| ASSIGNED TASK |
Beneath this instruction is a listing. Transcribe from it only the stretch from the line with "v -52.578 -7.404 5.842" through the line with "v -52.578 4.254 5.842", both end lines included, exactly as written.

| DATA EXTRACTS |
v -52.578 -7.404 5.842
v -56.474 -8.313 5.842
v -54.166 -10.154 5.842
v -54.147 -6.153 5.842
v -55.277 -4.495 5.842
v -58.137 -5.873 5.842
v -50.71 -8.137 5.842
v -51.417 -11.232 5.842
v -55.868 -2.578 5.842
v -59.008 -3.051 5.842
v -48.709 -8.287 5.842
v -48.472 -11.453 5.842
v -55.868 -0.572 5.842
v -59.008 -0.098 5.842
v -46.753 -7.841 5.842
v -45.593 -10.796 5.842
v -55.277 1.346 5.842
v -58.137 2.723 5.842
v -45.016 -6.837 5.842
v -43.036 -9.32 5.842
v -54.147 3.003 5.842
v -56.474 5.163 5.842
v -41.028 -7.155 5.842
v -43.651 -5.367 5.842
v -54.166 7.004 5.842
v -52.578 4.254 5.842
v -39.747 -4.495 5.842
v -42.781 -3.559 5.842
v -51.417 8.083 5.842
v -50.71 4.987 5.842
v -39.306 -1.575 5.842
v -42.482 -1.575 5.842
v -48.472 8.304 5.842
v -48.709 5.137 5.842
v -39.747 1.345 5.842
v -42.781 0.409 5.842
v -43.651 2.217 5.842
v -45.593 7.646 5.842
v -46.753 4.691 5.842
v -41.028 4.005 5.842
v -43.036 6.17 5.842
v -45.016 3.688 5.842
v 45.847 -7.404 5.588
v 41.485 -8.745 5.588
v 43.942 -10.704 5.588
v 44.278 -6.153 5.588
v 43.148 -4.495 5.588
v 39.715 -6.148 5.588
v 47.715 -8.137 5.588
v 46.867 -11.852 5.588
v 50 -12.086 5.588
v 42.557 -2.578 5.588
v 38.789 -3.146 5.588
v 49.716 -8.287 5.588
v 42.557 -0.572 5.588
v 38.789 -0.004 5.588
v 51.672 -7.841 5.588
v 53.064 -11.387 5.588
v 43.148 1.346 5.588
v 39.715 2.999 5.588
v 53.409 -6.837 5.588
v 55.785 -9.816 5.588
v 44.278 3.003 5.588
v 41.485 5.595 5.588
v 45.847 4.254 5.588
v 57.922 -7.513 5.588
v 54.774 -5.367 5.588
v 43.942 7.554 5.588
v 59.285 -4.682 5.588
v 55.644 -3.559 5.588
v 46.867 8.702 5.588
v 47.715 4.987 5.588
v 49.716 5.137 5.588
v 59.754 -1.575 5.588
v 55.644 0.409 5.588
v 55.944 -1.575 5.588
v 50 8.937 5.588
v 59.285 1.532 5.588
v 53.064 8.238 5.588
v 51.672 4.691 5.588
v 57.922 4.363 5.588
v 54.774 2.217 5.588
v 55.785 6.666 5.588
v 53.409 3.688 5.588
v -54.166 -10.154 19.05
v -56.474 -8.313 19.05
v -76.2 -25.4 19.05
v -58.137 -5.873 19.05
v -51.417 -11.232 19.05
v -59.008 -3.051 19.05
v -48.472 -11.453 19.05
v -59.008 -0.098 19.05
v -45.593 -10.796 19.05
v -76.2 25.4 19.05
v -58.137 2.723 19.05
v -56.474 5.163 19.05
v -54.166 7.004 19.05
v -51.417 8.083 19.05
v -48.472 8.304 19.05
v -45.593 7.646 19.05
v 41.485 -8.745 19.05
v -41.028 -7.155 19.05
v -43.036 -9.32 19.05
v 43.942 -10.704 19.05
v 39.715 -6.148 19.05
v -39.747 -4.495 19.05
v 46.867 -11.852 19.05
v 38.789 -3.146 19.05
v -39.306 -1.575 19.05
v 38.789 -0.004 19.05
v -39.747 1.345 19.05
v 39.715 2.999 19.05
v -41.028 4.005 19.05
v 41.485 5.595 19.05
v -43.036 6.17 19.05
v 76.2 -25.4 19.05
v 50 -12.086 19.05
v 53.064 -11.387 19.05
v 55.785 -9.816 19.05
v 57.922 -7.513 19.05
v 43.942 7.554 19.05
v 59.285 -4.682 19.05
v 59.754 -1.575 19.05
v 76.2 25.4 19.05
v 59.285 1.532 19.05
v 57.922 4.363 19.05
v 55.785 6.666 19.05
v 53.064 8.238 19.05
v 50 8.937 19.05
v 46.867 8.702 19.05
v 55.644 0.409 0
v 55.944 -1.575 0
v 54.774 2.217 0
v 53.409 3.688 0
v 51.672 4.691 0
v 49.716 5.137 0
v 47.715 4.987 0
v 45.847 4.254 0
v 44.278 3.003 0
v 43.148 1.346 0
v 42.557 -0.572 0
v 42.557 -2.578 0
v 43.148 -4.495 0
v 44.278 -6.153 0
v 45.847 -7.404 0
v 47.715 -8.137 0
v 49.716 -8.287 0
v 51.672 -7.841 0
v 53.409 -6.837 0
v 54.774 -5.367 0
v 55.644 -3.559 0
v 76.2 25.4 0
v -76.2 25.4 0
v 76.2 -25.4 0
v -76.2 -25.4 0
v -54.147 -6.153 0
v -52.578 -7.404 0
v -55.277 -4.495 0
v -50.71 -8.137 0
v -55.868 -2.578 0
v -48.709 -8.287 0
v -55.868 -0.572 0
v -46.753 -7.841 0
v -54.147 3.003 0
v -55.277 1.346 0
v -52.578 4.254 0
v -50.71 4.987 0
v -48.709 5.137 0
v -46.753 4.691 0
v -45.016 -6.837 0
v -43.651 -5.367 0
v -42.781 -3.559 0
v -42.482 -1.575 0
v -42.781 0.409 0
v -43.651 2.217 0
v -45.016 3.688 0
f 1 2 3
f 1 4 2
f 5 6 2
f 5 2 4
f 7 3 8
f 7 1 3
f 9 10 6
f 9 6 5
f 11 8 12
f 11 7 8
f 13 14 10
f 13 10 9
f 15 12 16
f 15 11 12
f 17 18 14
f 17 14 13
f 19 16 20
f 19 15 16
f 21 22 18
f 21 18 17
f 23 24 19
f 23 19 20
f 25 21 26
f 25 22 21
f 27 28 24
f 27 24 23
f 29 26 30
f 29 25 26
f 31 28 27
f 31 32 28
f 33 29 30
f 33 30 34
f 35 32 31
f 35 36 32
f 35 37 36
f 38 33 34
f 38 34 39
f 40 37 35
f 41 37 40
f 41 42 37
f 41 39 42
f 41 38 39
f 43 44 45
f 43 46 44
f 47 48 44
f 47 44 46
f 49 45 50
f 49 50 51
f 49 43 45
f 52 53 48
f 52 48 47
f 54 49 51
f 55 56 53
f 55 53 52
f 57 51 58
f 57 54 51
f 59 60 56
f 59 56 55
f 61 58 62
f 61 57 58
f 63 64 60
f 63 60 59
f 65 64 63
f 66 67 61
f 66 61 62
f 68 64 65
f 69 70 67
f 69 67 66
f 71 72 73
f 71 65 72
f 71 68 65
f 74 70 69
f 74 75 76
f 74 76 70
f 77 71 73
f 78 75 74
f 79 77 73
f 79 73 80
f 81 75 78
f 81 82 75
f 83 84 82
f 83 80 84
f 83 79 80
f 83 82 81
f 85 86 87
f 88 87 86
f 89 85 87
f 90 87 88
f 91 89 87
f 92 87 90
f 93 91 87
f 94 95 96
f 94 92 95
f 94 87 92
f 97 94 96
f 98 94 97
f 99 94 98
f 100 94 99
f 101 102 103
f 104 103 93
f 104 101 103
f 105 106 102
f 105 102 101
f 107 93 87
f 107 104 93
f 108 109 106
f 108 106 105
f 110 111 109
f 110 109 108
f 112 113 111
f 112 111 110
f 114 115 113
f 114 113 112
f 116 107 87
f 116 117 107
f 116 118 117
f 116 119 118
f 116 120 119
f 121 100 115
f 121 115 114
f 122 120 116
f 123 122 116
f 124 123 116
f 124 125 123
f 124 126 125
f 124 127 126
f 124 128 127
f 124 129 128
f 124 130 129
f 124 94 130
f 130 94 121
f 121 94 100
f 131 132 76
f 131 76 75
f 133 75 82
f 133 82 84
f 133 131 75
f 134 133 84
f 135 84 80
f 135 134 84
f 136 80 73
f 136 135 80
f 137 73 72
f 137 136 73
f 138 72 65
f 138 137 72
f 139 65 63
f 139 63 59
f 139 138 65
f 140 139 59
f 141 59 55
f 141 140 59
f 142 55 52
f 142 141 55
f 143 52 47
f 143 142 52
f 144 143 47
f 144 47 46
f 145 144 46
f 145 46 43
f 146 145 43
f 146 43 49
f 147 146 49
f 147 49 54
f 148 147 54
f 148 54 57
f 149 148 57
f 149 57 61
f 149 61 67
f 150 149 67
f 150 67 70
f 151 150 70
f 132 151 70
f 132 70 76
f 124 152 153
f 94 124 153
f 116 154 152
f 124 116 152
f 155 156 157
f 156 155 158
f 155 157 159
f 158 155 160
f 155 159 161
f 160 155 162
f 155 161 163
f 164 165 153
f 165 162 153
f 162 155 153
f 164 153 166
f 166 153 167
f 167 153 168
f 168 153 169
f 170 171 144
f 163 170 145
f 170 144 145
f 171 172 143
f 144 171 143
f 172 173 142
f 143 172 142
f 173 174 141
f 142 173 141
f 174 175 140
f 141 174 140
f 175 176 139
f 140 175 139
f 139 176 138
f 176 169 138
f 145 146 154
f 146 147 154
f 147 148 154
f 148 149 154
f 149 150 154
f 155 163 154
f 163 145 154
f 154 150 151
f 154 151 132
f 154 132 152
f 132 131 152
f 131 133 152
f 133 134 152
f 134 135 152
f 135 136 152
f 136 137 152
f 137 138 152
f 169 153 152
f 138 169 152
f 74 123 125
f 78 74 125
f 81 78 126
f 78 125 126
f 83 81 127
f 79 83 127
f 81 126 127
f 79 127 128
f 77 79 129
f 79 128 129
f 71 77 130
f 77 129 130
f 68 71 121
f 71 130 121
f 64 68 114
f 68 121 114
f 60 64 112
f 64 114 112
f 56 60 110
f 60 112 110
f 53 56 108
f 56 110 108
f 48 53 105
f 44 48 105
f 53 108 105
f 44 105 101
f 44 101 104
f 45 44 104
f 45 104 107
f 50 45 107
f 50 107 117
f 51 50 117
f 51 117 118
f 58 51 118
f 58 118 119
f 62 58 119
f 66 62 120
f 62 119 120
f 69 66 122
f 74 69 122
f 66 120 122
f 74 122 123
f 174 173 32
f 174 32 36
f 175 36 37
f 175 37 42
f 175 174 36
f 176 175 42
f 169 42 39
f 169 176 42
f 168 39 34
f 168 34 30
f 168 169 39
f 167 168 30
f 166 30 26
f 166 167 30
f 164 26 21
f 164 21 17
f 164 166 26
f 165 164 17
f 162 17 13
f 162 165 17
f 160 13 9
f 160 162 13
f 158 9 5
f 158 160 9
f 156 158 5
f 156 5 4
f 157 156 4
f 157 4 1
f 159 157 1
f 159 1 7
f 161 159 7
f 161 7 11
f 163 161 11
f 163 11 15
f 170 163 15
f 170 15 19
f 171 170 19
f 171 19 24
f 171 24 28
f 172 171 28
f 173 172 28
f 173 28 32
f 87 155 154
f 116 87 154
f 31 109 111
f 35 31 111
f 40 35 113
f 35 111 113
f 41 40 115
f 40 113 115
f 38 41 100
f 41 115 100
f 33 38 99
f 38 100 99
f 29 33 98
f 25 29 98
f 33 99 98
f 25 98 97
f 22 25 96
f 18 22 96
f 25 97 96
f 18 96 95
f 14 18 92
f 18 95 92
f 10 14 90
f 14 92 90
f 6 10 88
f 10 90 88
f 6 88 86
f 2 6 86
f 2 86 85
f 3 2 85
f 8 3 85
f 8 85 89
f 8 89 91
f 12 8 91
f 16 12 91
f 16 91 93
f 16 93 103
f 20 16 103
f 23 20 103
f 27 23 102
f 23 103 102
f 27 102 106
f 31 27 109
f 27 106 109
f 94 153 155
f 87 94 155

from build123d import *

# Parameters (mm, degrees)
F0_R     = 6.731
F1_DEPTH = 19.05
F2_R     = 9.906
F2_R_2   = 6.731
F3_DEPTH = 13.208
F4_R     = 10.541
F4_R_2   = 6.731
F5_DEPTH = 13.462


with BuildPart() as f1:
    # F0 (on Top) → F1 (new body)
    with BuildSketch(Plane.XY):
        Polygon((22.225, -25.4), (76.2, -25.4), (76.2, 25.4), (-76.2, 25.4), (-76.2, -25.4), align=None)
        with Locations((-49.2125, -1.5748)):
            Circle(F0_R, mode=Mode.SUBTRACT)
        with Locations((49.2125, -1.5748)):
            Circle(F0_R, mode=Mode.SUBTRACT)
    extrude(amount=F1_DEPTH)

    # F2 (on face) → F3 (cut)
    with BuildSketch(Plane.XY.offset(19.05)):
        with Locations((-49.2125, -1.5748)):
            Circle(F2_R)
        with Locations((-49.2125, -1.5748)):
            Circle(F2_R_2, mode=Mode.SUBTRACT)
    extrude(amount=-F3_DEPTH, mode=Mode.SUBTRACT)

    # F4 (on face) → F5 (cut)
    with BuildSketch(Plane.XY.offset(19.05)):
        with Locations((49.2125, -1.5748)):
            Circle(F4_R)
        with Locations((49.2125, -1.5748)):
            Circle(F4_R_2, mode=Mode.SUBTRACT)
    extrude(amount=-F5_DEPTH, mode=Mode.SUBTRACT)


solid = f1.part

* * *

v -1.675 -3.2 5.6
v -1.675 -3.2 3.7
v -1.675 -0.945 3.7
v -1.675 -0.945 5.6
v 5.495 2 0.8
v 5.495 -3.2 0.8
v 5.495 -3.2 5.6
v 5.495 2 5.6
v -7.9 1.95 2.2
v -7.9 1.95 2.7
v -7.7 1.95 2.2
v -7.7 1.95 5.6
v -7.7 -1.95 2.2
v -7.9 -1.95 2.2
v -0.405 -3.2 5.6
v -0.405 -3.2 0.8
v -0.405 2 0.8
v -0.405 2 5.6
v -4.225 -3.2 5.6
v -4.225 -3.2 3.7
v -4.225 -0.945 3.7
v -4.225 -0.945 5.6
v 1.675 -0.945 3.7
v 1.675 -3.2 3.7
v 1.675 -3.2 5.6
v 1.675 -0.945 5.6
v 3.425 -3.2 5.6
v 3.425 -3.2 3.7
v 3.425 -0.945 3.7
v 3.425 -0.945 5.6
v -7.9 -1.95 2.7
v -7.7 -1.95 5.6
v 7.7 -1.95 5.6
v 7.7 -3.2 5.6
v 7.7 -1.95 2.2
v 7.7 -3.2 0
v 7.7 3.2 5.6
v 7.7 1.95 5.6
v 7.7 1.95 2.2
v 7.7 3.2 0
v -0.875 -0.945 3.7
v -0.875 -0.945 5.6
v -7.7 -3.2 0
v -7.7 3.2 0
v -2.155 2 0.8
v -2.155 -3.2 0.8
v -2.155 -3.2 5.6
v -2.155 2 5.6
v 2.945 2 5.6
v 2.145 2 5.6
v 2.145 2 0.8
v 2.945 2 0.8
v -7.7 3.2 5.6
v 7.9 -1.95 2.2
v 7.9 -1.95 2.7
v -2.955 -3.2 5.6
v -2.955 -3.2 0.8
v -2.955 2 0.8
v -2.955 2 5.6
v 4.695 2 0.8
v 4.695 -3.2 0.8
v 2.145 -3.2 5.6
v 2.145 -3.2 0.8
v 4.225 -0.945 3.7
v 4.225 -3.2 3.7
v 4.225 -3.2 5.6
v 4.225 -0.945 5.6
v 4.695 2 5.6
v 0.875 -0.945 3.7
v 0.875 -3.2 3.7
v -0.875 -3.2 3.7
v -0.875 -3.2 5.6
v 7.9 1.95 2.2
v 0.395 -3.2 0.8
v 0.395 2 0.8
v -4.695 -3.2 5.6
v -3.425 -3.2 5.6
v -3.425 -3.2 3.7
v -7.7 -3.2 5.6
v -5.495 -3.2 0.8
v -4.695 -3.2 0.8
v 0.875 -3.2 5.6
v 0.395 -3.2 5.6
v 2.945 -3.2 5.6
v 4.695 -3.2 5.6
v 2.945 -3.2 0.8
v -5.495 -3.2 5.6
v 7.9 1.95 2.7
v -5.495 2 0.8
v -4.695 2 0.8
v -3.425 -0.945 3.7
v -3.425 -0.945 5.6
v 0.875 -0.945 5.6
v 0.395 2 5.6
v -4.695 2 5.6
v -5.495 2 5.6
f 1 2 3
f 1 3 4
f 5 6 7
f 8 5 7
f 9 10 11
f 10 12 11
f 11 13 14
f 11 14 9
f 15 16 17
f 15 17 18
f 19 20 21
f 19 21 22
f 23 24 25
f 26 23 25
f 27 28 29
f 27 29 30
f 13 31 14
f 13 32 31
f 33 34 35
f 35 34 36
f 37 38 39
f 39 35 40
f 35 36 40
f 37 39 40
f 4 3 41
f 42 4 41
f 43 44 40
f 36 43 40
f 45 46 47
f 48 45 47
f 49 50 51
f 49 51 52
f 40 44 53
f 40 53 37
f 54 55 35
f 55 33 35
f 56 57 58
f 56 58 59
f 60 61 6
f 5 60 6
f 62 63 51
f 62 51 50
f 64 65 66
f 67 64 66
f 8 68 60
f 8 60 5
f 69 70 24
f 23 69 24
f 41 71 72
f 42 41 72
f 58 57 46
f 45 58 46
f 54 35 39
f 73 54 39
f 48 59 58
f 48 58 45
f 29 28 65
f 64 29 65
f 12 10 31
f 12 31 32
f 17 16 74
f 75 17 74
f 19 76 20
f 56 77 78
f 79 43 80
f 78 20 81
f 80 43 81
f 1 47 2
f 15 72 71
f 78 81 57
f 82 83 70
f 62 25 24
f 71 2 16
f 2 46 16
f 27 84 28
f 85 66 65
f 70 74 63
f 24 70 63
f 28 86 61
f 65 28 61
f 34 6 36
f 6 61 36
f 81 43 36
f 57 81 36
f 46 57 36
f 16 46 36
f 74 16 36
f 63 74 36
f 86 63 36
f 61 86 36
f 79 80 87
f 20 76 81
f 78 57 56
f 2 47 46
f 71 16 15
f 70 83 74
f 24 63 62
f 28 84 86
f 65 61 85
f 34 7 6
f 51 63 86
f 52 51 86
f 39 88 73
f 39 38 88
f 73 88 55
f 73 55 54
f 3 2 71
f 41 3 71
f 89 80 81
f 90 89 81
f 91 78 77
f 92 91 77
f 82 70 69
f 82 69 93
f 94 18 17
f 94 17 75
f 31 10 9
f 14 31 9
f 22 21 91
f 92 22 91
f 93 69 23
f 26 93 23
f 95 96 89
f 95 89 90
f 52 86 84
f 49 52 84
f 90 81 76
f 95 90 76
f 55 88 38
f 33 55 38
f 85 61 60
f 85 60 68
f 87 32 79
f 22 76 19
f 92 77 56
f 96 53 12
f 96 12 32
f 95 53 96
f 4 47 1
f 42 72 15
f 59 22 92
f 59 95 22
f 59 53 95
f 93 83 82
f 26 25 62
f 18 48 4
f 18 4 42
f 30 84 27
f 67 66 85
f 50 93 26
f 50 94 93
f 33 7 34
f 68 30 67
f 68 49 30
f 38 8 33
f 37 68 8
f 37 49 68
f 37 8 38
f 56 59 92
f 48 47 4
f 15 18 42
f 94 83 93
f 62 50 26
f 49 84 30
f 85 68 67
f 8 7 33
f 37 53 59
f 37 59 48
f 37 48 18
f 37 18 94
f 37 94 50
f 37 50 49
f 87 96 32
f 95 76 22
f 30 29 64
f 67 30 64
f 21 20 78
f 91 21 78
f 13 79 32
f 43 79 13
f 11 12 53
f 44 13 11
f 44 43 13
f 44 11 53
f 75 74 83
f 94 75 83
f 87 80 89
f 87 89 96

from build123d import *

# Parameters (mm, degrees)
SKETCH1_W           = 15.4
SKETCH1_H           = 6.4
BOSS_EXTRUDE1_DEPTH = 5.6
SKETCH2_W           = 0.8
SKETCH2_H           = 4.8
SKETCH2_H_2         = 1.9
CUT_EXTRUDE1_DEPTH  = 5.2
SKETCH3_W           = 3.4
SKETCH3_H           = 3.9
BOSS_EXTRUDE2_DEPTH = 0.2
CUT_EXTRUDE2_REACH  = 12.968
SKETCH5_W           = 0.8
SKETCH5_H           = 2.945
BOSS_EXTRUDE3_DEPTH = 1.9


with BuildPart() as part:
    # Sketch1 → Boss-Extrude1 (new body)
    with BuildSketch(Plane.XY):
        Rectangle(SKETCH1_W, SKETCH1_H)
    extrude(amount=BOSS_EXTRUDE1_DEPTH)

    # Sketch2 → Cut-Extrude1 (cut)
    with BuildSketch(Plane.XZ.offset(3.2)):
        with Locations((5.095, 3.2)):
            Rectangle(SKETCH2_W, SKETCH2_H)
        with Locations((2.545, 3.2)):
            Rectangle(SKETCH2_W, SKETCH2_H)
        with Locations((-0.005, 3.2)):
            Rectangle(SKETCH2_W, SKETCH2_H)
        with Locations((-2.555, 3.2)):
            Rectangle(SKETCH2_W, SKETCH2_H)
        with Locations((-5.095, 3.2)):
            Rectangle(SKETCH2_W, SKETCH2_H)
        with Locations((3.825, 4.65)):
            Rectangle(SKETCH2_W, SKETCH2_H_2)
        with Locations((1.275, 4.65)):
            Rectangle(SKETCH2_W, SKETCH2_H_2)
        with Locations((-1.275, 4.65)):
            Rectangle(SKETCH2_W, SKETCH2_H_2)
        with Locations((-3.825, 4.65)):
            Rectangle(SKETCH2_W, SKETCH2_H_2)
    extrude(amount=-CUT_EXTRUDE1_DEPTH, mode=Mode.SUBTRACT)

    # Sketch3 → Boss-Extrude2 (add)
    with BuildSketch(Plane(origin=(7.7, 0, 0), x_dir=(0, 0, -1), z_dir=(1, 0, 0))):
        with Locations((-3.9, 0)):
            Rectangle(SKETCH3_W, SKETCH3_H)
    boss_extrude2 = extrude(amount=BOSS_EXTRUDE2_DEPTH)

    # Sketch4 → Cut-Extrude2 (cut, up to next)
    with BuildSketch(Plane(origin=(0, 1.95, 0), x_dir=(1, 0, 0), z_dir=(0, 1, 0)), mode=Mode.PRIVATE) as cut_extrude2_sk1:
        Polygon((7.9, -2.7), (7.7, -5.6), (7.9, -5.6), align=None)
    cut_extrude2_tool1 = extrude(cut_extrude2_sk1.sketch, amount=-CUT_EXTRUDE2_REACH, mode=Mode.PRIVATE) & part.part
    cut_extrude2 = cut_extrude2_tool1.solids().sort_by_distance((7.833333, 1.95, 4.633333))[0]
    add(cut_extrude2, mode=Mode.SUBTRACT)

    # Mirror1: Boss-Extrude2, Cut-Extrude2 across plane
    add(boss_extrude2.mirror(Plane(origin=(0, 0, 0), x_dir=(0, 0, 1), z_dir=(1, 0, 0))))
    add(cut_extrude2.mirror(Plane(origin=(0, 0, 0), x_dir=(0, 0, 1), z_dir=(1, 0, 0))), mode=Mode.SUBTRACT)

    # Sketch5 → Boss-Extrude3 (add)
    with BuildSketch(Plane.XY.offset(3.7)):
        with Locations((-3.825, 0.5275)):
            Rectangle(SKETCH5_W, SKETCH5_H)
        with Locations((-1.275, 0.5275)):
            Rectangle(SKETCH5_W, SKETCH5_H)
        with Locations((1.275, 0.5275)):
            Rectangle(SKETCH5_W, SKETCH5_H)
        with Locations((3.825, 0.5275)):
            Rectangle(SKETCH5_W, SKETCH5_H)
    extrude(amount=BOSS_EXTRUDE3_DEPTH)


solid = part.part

...

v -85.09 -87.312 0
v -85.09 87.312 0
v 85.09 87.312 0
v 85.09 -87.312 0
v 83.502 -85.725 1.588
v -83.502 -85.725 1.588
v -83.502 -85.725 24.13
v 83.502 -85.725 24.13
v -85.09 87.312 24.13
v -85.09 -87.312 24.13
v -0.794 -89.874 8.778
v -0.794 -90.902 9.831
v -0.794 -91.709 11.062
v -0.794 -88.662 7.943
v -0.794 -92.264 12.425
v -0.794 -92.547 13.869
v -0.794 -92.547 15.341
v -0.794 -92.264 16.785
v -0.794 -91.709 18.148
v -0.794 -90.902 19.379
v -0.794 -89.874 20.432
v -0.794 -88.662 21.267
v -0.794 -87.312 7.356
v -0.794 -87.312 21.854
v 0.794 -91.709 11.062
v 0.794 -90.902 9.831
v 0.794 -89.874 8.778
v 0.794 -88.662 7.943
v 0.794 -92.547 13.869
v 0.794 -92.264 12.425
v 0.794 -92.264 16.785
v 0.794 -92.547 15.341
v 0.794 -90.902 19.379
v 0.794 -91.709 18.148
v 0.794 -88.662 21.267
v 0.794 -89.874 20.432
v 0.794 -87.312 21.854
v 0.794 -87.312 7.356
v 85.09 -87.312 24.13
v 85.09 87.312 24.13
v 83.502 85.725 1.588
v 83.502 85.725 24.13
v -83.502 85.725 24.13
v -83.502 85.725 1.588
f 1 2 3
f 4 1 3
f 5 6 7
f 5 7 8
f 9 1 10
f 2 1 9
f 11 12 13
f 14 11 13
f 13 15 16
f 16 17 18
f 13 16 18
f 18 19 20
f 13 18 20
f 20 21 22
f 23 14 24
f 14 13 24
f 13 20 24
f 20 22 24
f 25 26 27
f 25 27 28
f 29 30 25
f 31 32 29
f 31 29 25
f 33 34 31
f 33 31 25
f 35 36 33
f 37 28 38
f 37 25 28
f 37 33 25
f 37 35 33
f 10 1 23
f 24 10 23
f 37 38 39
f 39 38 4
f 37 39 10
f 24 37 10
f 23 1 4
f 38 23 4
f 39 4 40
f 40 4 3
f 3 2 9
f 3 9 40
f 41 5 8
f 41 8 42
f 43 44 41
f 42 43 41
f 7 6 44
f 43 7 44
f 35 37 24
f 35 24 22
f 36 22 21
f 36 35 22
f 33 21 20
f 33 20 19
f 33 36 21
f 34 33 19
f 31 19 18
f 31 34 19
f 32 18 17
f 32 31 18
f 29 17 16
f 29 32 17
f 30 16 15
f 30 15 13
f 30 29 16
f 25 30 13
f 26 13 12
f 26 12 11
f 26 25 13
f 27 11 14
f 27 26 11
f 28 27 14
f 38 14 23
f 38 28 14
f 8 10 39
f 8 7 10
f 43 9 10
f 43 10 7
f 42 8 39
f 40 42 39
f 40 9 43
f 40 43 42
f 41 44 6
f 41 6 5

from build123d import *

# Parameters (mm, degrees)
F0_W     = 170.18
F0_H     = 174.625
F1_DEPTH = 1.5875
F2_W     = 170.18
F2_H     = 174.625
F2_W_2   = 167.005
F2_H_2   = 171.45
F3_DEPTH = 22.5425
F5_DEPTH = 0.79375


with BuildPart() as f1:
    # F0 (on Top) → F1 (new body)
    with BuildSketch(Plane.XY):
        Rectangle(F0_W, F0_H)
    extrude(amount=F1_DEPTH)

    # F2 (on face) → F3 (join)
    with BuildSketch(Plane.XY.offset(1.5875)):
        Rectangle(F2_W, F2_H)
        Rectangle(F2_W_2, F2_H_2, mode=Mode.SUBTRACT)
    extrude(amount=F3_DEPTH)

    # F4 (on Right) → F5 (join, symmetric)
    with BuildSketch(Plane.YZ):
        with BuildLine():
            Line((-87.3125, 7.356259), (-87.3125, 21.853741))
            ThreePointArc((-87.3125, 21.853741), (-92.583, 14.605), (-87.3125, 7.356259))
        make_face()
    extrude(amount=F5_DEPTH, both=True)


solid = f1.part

| SOLUTION FOR THIS PROBLEM |
v -52.578 -7.404 5.842
v -56.474 -8.313 5.842
v -54.166 -10.154 5.842
v -54.147 -6.153 5.842
v -55.277 -4.495 5.842
v -58.137 -5.873 5.842
v -50.71 -8.137 5.842
v -51.417 -11.232 5.842
v -55.868 -2.578 5.842
v -59.008 -3.051 5.842
v -48.709 -8.287 5.842
v -48.472 -11.453 5.842
v -55.868 -0.572 5.842
v -59.008 -0.098 5.842
v -46.753 -7.841 5.842
v -45.593 -10.796 5.842
v -55.277 1.346 5.842
v -58.137 2.723 5.842
v -45.016 -6.837 5.842
v -43.036 -9.32 5.842
v -54.147 3.003 5.842
v -56.474 5.163 5.842
v -41.028 -7.155 5.842
v -43.651 -5.367 5.842
v -54.166 7.004 5.842
v -52.578 4.254 5.842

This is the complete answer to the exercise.